[Zurück]

M. Datler, I. Bespalov, G. Rupprechter, Y. Suchorski:
"Spatially- and component-resolved reaction kinetics on a µm-scale: CO oxidation on Pd model catalysts";
Poster: ECOSS-31 31st European Conference on Surface Science, Barcelona; 31.08.2015 - 04.09.2015; in: "Book of Abstracts", (2015), S. 577.

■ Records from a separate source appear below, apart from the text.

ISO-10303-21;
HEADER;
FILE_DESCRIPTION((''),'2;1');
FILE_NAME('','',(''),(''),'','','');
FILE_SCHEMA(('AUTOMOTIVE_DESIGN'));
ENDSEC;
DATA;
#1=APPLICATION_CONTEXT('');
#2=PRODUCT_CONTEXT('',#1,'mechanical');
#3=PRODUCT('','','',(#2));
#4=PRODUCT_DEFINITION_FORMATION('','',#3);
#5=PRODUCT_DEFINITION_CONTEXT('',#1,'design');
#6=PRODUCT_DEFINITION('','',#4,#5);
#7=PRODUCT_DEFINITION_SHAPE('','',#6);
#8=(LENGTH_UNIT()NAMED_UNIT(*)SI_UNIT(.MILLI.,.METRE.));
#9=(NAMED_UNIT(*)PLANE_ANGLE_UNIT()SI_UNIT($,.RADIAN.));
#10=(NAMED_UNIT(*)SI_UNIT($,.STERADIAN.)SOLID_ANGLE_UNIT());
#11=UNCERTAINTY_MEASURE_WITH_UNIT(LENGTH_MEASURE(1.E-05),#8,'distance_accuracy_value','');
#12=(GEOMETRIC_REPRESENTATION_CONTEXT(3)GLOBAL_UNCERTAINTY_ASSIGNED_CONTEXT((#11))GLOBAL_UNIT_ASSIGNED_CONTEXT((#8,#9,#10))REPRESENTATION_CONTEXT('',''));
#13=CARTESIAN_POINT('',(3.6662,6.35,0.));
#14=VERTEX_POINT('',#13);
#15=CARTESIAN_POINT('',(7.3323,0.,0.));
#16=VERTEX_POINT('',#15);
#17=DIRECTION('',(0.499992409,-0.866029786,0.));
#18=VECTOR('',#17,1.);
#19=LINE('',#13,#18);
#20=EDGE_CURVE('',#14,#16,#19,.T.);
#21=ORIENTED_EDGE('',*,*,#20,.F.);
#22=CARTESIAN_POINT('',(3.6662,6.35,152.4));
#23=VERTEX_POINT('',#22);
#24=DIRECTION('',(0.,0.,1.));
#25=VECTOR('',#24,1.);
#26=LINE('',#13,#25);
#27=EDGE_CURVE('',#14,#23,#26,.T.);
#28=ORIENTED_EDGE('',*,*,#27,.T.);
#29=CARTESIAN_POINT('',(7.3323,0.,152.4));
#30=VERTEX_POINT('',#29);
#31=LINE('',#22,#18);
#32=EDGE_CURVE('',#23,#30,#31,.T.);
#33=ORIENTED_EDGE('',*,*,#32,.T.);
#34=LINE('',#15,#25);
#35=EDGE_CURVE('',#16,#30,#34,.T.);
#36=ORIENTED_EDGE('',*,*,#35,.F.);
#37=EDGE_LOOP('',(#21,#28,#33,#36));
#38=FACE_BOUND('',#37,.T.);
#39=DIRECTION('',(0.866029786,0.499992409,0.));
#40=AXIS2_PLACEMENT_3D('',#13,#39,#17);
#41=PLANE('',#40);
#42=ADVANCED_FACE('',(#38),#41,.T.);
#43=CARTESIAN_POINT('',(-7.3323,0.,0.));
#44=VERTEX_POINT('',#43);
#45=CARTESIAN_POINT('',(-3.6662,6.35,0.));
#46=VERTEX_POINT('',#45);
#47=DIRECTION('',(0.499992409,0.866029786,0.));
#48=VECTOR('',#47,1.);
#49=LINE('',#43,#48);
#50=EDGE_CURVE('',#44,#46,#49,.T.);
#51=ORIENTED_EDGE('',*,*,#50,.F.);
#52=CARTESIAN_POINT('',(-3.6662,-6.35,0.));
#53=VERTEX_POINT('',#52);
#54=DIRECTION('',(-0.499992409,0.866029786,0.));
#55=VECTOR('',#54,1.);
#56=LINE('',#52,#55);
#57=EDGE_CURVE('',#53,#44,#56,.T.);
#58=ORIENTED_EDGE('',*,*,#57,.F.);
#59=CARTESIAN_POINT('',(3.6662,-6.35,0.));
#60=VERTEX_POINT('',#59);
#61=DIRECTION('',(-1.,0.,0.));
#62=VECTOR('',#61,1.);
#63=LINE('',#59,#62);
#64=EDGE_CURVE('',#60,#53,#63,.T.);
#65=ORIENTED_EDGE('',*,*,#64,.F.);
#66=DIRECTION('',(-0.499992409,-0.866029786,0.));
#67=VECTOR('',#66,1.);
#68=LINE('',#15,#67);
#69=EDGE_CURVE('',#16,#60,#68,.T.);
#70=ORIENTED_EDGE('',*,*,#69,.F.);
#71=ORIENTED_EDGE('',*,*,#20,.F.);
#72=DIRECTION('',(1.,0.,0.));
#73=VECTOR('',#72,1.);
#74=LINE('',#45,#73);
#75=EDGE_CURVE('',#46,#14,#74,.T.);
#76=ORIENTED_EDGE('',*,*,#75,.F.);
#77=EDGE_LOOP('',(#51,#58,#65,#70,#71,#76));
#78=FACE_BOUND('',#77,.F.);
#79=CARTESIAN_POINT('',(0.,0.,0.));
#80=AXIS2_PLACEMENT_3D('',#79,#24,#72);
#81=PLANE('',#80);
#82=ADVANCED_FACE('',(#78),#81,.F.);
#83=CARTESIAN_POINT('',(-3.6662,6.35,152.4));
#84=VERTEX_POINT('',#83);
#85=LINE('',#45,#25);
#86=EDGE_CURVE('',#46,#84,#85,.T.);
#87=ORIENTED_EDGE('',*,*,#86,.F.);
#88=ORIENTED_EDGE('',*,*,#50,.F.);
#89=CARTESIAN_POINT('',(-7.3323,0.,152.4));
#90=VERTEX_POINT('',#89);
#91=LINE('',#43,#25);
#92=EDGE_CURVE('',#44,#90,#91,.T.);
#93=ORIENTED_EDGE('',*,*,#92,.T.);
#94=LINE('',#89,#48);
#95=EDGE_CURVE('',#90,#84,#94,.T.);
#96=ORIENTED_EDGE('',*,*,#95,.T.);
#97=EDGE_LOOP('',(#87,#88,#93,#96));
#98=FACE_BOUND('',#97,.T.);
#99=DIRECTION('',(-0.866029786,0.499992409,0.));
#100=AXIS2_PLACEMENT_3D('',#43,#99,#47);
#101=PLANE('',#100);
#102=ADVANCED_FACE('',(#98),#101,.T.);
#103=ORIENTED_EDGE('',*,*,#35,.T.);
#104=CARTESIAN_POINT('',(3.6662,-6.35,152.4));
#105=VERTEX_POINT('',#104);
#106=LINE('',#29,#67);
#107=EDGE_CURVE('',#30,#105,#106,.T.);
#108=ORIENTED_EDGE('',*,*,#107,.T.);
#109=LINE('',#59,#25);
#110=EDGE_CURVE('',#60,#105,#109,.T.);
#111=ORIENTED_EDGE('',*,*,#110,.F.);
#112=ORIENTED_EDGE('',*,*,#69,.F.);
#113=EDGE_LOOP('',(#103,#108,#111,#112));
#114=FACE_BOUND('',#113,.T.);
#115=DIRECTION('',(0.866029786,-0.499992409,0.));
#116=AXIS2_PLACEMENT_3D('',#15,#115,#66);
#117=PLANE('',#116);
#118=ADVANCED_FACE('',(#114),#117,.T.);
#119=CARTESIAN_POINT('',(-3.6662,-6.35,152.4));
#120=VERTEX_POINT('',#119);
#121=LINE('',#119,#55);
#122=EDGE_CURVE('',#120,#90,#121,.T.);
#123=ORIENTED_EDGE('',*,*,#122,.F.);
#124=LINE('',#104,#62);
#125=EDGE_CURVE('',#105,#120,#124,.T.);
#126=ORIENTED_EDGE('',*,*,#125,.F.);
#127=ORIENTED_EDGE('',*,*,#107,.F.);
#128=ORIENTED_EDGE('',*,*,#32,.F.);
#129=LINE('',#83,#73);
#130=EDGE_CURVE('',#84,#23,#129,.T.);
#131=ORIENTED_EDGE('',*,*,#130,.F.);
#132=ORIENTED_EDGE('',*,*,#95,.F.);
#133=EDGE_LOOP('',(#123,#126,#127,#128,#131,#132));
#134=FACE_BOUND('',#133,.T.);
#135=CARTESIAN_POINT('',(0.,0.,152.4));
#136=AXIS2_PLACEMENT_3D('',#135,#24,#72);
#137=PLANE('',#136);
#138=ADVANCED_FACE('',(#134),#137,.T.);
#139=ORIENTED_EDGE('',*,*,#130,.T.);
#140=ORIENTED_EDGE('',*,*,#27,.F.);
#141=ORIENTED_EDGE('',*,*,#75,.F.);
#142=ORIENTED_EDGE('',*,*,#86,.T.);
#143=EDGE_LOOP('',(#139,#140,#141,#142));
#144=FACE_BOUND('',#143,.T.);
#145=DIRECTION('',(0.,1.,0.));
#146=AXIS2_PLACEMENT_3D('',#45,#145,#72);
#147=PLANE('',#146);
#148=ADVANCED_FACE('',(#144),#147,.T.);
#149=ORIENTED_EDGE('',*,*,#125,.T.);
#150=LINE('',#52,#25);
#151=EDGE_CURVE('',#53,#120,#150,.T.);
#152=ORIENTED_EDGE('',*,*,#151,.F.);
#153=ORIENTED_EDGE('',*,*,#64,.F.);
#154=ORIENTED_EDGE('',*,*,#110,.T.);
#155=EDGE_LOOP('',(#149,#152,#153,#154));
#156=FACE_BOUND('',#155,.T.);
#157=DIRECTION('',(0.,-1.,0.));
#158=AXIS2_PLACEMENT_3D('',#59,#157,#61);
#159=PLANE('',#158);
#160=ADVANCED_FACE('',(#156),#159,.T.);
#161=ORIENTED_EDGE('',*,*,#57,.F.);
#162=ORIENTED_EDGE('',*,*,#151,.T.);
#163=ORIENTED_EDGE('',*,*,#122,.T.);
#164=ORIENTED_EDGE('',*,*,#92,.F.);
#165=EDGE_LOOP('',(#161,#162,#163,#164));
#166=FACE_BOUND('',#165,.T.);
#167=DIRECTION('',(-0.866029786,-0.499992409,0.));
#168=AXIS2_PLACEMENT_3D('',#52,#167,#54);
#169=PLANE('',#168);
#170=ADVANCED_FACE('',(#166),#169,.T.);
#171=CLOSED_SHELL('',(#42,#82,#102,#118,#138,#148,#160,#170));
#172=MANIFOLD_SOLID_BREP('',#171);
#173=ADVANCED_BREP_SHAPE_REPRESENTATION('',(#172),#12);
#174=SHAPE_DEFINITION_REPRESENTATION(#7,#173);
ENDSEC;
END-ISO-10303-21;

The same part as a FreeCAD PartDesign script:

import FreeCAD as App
import Part
import Sketcher
Q = App.Units.Quantity


def add_polygon(sketch, points):
    """Adds a closed chain of lines whose ends are joined by coincident constraints."""
    first, n = sketch.GeometryCount, len(points)
    for a, b in zip(points, points[1:] + points[:1]):
        sketch.addGeometry(Part.LineSegment(App.Vector(*a, 0), App.Vector(*b, 0)), False)
    for i in range(n):
        sketch.addConstraint(Sketcher.Constraint("Coincident", first + i, 2, first + (i + 1) % n, 1))

doc = App.newDocument("Part")
body = doc.addObject("PartDesign::Body", "Body")

# Sketch on XY plane
sketch1 = body.newObject("Sketcher::SketchObject", "Sketch")
sketch1.AttachmentSupport = (doc.getObject("XY_Plane"), [""])
sketch1.MapMode = "FlatFace"
add_polygon(sketch1, [(7.3323, 0), (3.6662, 6.35), (-3.6662, 6.35), (-7.3323, 0), (-3.6662, -6.35), (3.6662, -6.35)])  # lines 0-5
sketch1.addConstraint(Sketcher.Constraint("Horizontal", 1))
sketch1.addConstraint(Sketcher.Constraint("Horizontal", 4))
sketch1.addConstraint(Sketcher.Constraint("Symmetric", 0, 2, 3, 2, -1, 1))
sketch1.addConstraint(Sketcher.Constraint("Symmetric", 2, 2, 5, 2, -1, 1))
sketch1.addConstraint(Sketcher.Constraint("PointOnObject", 2, 2, -1))
sketch1.addConstraint(Sketcher.Constraint("Parallel", 2, 5))
sketch1.addConstraint(Sketcher.Constraint("Vertical", 1, 2, 3, 2))
sketch1.addConstraint(Sketcher.Constraint("DistanceY", 3, 2, 1, 2, Q("0.5 in")))
sketch1.addConstraint(Sketcher.Constraint("Angle", 0, Q("119.9995 deg")))
sketch1.addConstraint(Sketcher.Constraint("DistanceX", 2, 2, 0, 2, Q("0.433 in")))
pad1 = body.newObject("PartDesign::Pad", "Pad")
pad1.Profile = sketch1
pad1.Length = Q("6 in")

doc.recompute()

Most of the practically useful catalysts are complicated heterogeneous systems exhibiting strong local variations of catalytic activity. Since theoretical calculations cannot yet provide reliable predictions for the local reaction kinetics even on the mesoscopic (mkm) scale, the problem of laterally-resolved studies of reaction kinetics is still up-to-date. Recently, it was demonstrated that information about local reaction kinetics for individual mkm-sized grains of a polycrystalline Pt foil can be obtained "just by imaging" using PEEM [1, 2]. We extend herewith this approach to model catalysts consisting of Pd powder supported by metal and oxidic supports. The kinetic data for the individual µmsized Pd powder agglomerates were obtained by digital analysis of PEEM video-sequences recorded in situ during the ongoing CO oxidation reaction. From the same video-sequences, the data for the individual (100) and (110) domains of the supporting Pt foil were obtained. The Pd powder agglomerates and the supporting Pt domains behave in the combined Pdpowder/Ptfoil sample independently from each other with respect to the CO oxidation, at least in the 10-5 mbar pressure range. The propagating reaction fronts move within grain boundaries for Pt domains and also remain confined to the Pd agglomerates. Substituting the supporting Pt foil by oxidic support allows allows to elucidate the effect of the support via comparison of the catalytic behaviour of individual metal- and oxide-supported Pd powder agglomerates.

[1] Y. Suchorski, C. Spiel, D. Vogel, W. Drachsel, R. Schlögl, G. Rupprechter, Chem.Phys.Chem. 11 (2010) 3231. [2] D. Vogel, Ch. Spiel, A. Suchorski, A. Trinchero, R. Schlögl, H. Grönbeck and G. Rupprechter Angew. Chem. Int. Ed. 51 (2012) 10041.